I’m fighting with Visual C++ 6.0 and working on this app for Dr. M that is requiring, essentially, translation from old Borland classes to STL equivalents that I myself am not familiar with, since we used proprietary Advanced Placement classes in high school. I know, though, that with enough time and persistence, I can figure out the GUI and event managers in Visual C++ and get this thing running again. Why Microsoft couldn’t make this shit as simple as it is in Visual Basic, I don’t know. Probably since the code will always be the most important aspect for any C++ coder, while GUI design always came first when we did VB.

So that’s fun. These types of puzzles I like.

I had very little interaction with Bridget this morning, which also got my day off to a good start. That sounds bad, but things are at the point now where every conversation becomes an opportunity for both of us to get in as many snide snipe-y attacks as we can, and it’s just damn annoying, although I’m being just as vicious as she is. Add on to that her new tendency to interrupt whatever I’m saying with “Huh?” (a major pet peeve of mine) and her childish overcompensation for my one-time request for the air to be turned down a little by keeping the air off and the window open on windless days, and the less we see each other, the better.

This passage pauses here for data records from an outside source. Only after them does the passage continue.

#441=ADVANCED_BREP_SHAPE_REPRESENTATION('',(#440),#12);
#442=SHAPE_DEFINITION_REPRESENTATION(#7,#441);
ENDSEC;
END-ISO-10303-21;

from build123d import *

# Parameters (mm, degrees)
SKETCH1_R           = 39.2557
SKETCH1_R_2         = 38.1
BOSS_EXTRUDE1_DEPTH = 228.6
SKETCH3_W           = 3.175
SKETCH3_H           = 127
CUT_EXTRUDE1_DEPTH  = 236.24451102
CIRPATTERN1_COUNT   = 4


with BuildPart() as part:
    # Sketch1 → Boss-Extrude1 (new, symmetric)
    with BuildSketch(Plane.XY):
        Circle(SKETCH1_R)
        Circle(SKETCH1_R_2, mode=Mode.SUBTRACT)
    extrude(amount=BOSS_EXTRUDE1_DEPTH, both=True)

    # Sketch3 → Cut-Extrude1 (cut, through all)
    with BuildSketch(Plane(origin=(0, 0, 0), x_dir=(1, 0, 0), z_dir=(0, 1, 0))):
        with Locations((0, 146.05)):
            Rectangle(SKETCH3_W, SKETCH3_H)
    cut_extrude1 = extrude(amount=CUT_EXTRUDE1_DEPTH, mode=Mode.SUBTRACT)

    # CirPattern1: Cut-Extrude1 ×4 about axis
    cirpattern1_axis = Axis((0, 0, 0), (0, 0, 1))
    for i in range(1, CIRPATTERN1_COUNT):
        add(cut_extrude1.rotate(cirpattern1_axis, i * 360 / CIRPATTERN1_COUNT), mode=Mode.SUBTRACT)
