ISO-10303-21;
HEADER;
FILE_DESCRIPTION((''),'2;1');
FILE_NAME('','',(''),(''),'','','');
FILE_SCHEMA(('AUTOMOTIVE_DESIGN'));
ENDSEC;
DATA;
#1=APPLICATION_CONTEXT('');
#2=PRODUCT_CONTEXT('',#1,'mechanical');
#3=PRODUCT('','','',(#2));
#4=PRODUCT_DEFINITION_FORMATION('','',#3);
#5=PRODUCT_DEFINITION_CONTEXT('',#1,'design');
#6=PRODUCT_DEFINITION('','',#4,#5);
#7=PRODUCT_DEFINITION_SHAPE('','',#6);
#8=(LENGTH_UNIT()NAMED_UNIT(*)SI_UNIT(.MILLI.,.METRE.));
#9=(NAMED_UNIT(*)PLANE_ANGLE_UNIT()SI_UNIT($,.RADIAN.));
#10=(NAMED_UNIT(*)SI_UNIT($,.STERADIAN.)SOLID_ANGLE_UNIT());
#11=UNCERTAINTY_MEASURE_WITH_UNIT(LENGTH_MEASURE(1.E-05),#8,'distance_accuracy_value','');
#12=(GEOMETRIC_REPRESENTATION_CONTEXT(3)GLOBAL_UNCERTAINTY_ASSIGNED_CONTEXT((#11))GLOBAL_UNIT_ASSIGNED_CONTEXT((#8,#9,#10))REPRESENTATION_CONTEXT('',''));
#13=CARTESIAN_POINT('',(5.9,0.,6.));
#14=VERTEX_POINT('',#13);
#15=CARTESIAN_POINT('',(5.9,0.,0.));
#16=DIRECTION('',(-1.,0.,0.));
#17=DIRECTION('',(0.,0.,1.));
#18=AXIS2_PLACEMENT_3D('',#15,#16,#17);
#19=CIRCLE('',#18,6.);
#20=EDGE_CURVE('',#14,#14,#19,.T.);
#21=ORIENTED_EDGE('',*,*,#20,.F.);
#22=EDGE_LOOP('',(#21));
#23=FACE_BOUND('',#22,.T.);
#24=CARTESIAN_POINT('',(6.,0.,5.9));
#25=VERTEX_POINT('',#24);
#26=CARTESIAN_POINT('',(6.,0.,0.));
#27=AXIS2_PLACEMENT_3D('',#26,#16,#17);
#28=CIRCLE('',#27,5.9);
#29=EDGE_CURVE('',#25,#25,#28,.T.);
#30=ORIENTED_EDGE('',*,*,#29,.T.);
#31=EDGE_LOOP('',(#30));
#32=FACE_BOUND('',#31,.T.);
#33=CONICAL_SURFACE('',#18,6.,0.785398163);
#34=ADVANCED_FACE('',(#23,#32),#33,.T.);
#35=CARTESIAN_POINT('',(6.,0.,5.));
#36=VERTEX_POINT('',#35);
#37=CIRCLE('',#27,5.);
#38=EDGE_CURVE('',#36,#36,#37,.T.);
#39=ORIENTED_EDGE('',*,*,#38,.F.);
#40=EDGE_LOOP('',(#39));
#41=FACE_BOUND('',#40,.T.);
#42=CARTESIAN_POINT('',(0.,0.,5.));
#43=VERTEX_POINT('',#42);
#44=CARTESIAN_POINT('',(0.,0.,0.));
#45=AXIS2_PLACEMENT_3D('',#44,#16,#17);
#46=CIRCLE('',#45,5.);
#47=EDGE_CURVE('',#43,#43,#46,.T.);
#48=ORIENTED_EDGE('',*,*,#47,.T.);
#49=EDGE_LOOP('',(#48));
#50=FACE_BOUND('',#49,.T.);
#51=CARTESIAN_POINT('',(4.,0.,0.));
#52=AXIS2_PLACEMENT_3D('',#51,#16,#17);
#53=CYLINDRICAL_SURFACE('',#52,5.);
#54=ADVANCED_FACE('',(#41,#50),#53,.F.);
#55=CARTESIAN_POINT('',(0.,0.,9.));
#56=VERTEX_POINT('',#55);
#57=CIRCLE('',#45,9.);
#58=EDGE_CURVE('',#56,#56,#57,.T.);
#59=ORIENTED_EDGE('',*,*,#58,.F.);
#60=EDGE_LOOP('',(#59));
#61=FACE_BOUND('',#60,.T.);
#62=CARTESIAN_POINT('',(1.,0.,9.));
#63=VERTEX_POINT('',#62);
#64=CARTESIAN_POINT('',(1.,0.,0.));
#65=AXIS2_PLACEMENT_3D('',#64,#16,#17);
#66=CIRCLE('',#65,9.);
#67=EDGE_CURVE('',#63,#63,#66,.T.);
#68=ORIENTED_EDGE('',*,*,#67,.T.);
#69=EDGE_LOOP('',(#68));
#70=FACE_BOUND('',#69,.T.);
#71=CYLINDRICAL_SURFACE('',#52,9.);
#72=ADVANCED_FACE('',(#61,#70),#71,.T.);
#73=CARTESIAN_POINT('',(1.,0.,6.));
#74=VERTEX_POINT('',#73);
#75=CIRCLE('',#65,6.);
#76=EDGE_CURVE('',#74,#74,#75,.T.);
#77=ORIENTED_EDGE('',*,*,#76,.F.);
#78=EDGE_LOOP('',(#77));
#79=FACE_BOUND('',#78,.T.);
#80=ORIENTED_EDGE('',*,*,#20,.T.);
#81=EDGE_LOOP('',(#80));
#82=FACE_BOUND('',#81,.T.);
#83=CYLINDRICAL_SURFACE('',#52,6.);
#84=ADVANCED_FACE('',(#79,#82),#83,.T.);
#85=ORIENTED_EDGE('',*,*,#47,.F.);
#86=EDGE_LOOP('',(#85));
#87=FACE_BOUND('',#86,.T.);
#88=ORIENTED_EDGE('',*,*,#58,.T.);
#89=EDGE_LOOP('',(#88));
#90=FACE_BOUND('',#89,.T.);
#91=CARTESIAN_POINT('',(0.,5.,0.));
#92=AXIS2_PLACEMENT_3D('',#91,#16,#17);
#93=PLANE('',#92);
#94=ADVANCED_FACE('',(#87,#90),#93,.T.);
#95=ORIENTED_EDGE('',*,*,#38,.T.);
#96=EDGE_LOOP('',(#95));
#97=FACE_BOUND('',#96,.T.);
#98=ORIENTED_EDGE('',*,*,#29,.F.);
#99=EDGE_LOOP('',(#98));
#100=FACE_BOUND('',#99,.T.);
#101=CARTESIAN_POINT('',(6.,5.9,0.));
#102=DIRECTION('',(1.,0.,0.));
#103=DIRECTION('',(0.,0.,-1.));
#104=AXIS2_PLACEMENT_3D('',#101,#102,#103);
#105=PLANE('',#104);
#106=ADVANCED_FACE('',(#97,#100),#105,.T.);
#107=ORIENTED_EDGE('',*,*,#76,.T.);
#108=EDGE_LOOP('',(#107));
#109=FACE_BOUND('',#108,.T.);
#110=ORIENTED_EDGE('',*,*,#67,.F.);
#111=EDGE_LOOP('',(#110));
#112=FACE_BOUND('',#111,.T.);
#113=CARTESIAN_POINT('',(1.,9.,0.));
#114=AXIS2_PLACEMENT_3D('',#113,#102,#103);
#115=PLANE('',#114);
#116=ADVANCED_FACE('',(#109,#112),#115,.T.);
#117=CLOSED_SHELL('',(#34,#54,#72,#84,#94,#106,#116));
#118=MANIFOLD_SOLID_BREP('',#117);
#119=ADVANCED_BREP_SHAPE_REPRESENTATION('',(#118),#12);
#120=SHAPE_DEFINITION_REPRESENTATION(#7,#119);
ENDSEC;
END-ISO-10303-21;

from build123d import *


with BuildPart() as part:
    # 草图1 → 旋转1 (revolve)
    with BuildSketch(Plane(origin=(0, 0, 0), x_dir=(-1, 0, 0), z_dir=(0, 0, -1))):
        Polygon((0, 9), (-1, 9), (-1, 6), (-5.9, 6), (-6, 5.9), (-6, 5), (0, 5), align=None)
    revolve(axis=Axis((4, 0, 0), (-1, 0, 0)))


solid = part.part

At least she’s suffering from that last more than I am, since I can always leave and do work in the Thorn office. But she’s burning even me out at night, making it difficult to sleep.

So a lack of that, combined with a pleasantly social breakfast, started my day well.

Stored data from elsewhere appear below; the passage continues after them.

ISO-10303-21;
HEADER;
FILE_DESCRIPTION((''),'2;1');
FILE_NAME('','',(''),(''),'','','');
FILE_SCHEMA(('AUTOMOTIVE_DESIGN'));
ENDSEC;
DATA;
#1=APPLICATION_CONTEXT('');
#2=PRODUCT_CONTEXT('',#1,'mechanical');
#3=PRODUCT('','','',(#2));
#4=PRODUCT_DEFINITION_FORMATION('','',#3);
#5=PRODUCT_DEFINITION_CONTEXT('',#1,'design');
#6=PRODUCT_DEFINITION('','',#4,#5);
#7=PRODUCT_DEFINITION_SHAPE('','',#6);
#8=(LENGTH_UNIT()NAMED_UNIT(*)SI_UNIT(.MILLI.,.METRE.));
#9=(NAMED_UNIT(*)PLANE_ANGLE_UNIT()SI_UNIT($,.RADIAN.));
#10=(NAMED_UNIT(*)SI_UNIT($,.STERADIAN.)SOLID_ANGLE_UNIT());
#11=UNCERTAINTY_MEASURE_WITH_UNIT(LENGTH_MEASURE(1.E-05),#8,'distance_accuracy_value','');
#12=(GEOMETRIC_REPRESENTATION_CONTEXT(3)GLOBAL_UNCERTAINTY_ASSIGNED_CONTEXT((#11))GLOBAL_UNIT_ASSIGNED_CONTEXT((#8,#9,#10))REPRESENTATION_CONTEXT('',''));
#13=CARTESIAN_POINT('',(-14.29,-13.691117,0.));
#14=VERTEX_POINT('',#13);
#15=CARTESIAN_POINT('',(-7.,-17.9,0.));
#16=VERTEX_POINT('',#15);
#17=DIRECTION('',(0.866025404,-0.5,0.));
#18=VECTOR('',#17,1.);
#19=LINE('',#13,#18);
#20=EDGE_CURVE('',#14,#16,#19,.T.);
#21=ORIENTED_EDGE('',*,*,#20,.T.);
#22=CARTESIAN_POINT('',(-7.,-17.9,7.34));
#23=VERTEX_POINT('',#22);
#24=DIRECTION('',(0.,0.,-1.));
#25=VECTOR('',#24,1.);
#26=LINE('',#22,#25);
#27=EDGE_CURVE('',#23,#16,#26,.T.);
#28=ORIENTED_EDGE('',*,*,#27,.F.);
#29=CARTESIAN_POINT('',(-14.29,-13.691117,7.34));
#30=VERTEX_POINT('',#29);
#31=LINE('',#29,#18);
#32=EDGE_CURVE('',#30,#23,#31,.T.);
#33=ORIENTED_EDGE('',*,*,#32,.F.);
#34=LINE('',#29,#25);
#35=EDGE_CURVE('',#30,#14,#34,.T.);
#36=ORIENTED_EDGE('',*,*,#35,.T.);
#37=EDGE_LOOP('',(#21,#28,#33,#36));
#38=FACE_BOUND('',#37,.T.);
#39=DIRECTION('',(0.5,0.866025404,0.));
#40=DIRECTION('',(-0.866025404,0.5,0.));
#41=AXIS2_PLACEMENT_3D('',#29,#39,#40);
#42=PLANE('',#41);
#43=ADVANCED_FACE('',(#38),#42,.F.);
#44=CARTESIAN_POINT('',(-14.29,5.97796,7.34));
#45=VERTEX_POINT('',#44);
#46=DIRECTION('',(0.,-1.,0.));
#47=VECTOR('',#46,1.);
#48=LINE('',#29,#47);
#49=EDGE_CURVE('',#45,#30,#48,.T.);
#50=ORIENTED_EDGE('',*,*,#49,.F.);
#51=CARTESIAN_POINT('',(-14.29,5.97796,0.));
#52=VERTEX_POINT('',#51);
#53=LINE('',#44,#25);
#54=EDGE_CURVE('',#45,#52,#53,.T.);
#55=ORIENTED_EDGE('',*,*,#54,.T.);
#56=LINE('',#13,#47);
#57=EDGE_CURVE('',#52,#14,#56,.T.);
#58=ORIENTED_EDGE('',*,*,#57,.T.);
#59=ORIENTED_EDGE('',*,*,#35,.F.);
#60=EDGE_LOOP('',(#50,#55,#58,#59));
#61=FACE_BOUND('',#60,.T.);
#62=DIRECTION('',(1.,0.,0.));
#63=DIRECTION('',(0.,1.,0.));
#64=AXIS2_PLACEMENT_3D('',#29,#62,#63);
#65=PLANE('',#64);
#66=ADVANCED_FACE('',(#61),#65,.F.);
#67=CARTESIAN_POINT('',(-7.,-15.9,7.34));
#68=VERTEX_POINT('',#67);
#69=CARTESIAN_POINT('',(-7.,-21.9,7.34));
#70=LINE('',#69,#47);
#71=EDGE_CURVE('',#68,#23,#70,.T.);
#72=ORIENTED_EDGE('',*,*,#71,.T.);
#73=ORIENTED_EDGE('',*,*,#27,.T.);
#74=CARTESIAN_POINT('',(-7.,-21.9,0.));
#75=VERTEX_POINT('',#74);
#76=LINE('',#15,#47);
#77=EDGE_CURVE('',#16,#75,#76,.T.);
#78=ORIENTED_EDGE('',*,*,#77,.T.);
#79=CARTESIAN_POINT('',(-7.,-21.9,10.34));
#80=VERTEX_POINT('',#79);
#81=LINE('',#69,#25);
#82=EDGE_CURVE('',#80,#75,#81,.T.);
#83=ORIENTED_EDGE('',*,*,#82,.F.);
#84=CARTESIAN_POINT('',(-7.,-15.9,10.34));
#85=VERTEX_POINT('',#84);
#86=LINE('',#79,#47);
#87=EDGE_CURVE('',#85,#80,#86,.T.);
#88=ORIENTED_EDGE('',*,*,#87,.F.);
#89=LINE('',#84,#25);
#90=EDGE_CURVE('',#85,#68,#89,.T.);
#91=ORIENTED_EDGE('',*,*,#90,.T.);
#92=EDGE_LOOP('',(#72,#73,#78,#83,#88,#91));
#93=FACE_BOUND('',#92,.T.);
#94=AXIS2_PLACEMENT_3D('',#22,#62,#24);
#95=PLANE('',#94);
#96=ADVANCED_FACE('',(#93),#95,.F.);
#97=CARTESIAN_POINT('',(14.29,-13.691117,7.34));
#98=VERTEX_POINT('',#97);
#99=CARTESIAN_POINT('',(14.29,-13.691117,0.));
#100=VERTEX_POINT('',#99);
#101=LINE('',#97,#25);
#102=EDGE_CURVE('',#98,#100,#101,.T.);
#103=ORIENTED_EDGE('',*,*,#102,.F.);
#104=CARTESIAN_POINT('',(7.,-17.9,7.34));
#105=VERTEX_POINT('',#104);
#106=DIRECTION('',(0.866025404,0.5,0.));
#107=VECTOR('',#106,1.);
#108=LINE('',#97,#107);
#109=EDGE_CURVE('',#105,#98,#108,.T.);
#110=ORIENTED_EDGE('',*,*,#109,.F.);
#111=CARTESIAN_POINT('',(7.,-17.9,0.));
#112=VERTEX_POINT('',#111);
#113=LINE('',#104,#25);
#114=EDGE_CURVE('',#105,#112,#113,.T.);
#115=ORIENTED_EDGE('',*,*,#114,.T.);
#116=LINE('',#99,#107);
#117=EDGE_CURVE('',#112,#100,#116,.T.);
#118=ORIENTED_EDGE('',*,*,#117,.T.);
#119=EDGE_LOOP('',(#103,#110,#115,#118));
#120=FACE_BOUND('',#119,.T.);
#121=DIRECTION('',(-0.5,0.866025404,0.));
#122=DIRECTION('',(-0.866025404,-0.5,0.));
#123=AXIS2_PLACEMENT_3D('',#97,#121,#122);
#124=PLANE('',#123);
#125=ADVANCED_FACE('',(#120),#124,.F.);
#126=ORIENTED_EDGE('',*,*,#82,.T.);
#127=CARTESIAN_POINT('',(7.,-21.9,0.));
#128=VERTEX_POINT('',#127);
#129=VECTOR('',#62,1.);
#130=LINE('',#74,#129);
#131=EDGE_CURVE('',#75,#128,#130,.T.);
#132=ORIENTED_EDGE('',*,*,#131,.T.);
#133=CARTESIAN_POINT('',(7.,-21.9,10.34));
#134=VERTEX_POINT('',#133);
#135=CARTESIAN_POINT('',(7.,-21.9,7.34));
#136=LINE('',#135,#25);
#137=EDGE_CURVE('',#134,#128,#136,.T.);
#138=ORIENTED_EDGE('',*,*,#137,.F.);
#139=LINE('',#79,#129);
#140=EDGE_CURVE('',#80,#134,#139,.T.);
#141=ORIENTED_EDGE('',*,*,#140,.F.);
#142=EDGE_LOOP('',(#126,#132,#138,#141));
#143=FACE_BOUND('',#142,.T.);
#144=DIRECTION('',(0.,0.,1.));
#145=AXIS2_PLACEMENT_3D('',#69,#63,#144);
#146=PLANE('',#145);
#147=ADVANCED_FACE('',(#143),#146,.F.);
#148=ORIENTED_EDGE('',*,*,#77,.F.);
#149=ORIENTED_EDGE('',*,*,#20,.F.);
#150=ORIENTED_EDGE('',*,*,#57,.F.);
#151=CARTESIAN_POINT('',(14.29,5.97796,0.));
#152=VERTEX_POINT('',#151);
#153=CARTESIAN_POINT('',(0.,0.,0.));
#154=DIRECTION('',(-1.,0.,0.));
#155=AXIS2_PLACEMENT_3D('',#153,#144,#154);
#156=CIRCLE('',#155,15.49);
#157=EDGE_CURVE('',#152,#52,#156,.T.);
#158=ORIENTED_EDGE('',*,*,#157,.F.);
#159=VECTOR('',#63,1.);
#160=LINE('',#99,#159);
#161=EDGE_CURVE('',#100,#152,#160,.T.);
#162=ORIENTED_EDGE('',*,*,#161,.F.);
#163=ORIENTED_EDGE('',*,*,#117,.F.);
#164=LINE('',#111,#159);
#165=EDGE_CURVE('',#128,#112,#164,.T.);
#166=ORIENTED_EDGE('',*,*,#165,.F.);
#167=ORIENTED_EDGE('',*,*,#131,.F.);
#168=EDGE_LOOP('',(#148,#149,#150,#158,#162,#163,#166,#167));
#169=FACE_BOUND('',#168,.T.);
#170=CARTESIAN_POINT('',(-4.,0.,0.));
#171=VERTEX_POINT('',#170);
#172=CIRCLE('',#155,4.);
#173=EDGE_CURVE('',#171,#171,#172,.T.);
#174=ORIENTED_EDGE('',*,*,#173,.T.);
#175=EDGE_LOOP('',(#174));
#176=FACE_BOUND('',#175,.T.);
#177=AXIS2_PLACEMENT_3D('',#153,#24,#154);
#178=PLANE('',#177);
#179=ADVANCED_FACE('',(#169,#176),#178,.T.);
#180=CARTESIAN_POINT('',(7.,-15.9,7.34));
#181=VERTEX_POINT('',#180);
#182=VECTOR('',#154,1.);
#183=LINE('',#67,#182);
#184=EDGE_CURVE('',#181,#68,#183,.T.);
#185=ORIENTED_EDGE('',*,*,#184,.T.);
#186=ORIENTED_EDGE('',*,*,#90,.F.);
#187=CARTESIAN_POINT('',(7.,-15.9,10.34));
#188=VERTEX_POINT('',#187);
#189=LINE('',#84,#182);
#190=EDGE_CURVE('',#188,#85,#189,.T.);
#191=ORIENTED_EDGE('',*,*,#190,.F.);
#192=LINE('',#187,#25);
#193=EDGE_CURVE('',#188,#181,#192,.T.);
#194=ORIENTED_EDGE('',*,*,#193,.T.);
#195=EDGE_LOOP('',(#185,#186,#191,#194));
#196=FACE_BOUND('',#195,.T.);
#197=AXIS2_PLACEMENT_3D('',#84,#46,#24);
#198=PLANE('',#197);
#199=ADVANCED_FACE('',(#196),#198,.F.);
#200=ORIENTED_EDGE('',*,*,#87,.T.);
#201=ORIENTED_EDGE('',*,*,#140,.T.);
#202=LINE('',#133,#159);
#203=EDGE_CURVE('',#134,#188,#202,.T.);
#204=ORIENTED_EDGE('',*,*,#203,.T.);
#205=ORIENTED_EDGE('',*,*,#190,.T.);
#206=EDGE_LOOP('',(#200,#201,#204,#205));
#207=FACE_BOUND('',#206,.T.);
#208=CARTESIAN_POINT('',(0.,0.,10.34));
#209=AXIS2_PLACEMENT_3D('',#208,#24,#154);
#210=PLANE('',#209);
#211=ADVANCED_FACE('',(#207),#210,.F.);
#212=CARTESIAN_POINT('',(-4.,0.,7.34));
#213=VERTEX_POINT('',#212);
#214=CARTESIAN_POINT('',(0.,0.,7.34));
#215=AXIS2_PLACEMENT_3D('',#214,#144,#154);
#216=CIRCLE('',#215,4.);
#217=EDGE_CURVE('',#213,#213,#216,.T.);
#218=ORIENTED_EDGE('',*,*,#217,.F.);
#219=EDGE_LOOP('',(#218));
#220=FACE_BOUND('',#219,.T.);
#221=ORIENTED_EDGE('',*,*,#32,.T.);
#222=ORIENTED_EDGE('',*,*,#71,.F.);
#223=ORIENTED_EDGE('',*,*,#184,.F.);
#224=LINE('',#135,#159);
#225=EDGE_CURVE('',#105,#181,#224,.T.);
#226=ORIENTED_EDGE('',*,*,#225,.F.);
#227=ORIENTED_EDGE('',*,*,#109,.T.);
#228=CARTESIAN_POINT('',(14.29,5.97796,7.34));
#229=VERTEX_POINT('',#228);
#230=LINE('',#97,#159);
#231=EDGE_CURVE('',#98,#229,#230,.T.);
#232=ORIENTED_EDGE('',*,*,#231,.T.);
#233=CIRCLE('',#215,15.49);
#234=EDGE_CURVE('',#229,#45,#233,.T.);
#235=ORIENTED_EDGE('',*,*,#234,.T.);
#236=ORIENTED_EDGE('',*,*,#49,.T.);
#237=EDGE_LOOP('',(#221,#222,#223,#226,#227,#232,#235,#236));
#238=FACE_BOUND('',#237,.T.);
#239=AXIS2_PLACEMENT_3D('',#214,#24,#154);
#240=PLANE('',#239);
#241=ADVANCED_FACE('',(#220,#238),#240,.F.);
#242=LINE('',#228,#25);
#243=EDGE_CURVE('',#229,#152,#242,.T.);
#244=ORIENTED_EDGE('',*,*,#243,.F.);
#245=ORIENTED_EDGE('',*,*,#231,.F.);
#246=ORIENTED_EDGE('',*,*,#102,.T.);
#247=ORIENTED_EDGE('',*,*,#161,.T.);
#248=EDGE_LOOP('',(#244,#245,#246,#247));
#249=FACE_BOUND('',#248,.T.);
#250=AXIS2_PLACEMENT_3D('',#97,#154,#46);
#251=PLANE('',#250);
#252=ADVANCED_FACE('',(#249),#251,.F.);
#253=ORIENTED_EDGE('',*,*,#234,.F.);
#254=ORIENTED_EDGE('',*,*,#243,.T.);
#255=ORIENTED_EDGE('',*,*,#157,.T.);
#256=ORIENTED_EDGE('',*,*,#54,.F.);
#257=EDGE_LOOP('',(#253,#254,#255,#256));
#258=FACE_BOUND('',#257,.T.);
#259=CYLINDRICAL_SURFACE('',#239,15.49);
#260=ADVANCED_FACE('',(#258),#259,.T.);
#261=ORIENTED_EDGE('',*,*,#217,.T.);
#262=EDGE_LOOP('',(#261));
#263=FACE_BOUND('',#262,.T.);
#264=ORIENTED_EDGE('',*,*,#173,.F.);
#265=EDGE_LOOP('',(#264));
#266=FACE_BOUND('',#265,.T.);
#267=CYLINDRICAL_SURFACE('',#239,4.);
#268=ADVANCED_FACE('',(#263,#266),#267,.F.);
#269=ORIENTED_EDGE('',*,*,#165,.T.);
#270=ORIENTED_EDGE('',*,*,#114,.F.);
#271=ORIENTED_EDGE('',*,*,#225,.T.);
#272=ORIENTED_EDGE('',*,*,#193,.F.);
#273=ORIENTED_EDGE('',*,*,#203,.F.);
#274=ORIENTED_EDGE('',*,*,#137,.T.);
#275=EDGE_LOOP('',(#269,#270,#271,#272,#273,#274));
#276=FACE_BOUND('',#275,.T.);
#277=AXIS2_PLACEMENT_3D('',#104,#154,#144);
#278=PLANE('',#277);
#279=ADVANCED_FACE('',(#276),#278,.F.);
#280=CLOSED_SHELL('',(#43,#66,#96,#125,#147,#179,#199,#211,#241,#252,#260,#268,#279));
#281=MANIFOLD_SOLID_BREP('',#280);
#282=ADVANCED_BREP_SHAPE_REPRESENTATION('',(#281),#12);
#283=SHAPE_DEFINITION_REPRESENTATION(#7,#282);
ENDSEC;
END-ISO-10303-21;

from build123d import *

# Parameters (mm, degrees)
ESQUISSE1_R        = 4
BOSS_EXTRU_1_DEPTH = 7.34
ESQUISSE2_W        = 14
ESQUISSE2_H        = 6
BOSS_EXTRU_2_DEPTH = 3


with BuildPart() as part:
    # Esquisse1 → Boss.-Extru.1 (new body)
    with BuildSketch(Plane.XY):
        with BuildLine():
            Line((-14.29, -13.691116538), (-14.29, 5.977959518))
            ThreePointArc((-14.29, 5.977959518), (0, 15.49), (14.29, 5.977959518))
            Line((14.29, 5.977959518), (14.29, -13.691116538))
            Line((14.29, -13.691116538), (7, -17.9))
            Line((7, -17.9), (7, -21.9))
            Line((7, -21.9), (-7, -21.9))
            Line((-7, -21.9), (-7, -17.9))
            Line((-7, -17.9), (-14.29, -13.691116538))
        make_face()
        Circle(ESQUISSE1_R, mode=Mode.SUBTRACT)
    extrude(amount=BOSS_EXTRU_1_DEPTH)

    # Esquisse2 → Boss.-Extru.2 (add)
    with BuildSketch(Plane.XY.offset(7.34)):
        with Locations((0, -18.9)):
            Rectangle(ESQUISSE2_W, ESQUISSE2_H)
    extrude(amount=BOSS_EXTRU_2_DEPTH)


solid = part.part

Add on to this the extra time I’ve had to put on the clock this week at work due to long calls, and the little boost I can expect on the early-summer paycheck.

Then there’s the fact that I’m not rushing to finish Calculus homework because I got it done all this weekend–before the lesson was taught. At the beginning of the term, I expressed doubt that I would enjoy Calculus on the basis of a math major‘s suggestion. I officially sit corrected. I don’t know if it’s just because I’m finding all this stuff ridiculously easy, but it’s kinda fun, even if it doesn’t really seem to have practical applications. I do feel like quite the tool when I get a kick out of (or simply breeze through) working some double integration problem while the perpetually-confused alky sitting next to me gives me this look of complete horror as she stumbles to find the limits of the region. But that’s okay. I suspect it’ll catch up with me in the three friggin’ math courses I have fall of next year (Differential Equations, Discrete and Combinatorial Algebra, and Statistics, all one hour right after the other, no breaks.)

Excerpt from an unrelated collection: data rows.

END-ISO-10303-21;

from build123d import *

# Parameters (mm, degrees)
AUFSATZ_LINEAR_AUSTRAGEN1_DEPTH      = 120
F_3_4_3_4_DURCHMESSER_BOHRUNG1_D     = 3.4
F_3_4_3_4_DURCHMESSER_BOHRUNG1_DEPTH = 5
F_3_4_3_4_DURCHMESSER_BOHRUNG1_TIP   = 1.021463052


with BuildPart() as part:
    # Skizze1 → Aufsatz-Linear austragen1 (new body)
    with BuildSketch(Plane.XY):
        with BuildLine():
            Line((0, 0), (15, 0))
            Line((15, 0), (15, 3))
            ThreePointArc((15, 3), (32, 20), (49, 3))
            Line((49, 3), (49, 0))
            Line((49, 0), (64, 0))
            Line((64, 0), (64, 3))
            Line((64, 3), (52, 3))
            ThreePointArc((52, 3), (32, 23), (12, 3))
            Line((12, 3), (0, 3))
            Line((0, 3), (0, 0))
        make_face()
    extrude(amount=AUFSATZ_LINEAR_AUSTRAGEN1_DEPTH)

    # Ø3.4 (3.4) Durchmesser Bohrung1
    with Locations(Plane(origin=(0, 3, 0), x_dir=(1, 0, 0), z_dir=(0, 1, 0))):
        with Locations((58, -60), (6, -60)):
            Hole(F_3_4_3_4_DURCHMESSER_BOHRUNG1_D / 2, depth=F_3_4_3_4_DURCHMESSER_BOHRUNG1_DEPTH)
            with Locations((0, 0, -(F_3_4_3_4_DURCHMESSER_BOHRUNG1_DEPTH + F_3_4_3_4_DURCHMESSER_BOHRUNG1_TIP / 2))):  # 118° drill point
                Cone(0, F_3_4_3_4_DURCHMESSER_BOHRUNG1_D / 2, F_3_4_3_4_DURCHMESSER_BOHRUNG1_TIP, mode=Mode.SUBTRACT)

Then there’s the fact that my roommate situation next year is looking up. The rooms in the residence hall I’ll be living in have ridiculously high ceilings, so Hillary and I are going to buy a deck that turns the room into, essentially a split-level. There will be a single-level entry, then the room will have an upper level six feet off the ground that will be Hillary’s space, while I keep the ground floor. There will be separate lighting systems for nighttime working, separate space for friends/boyfriends/whatever, the floor space of the room practically doubles, and the setup is such that I won’t be in a cave even though I’m under the deck. It is a $50 to $75 expense I hadn’t planned on, but it’s worth it.

I’m finding myself keeping up with the news a lot more than I used to. I don’t read the newspaper so much, but I get RSS updates from several sections of BBC News. Add on commentary from Uppity-Negro.com (caustic and bitter, but enlightening) and (new on my list) The Liquid List, and I’m feeling kinda informed. And proud myself for actually being interested in something outside of my own little bubble, since I do tend to retreat into LissaWorld rather frequently. What my tenth grade world history teacher struggled to do for nine months, I finally do on my own with the help of a good syndication manager. Hmph.

I also got a good giggle out of “Living Down to a Low Standard“, a review of GNOME 2.6. The harshness of my review of this weekend’s show had nothing on this thing. Of course, I haven’t been a fan/user of GNOME in quite a few years, so I am both unqualified to judge the accuracy of the review and slightly pleased by it. I’m mean like that.

Off to a ridiculously early lunch and more classes.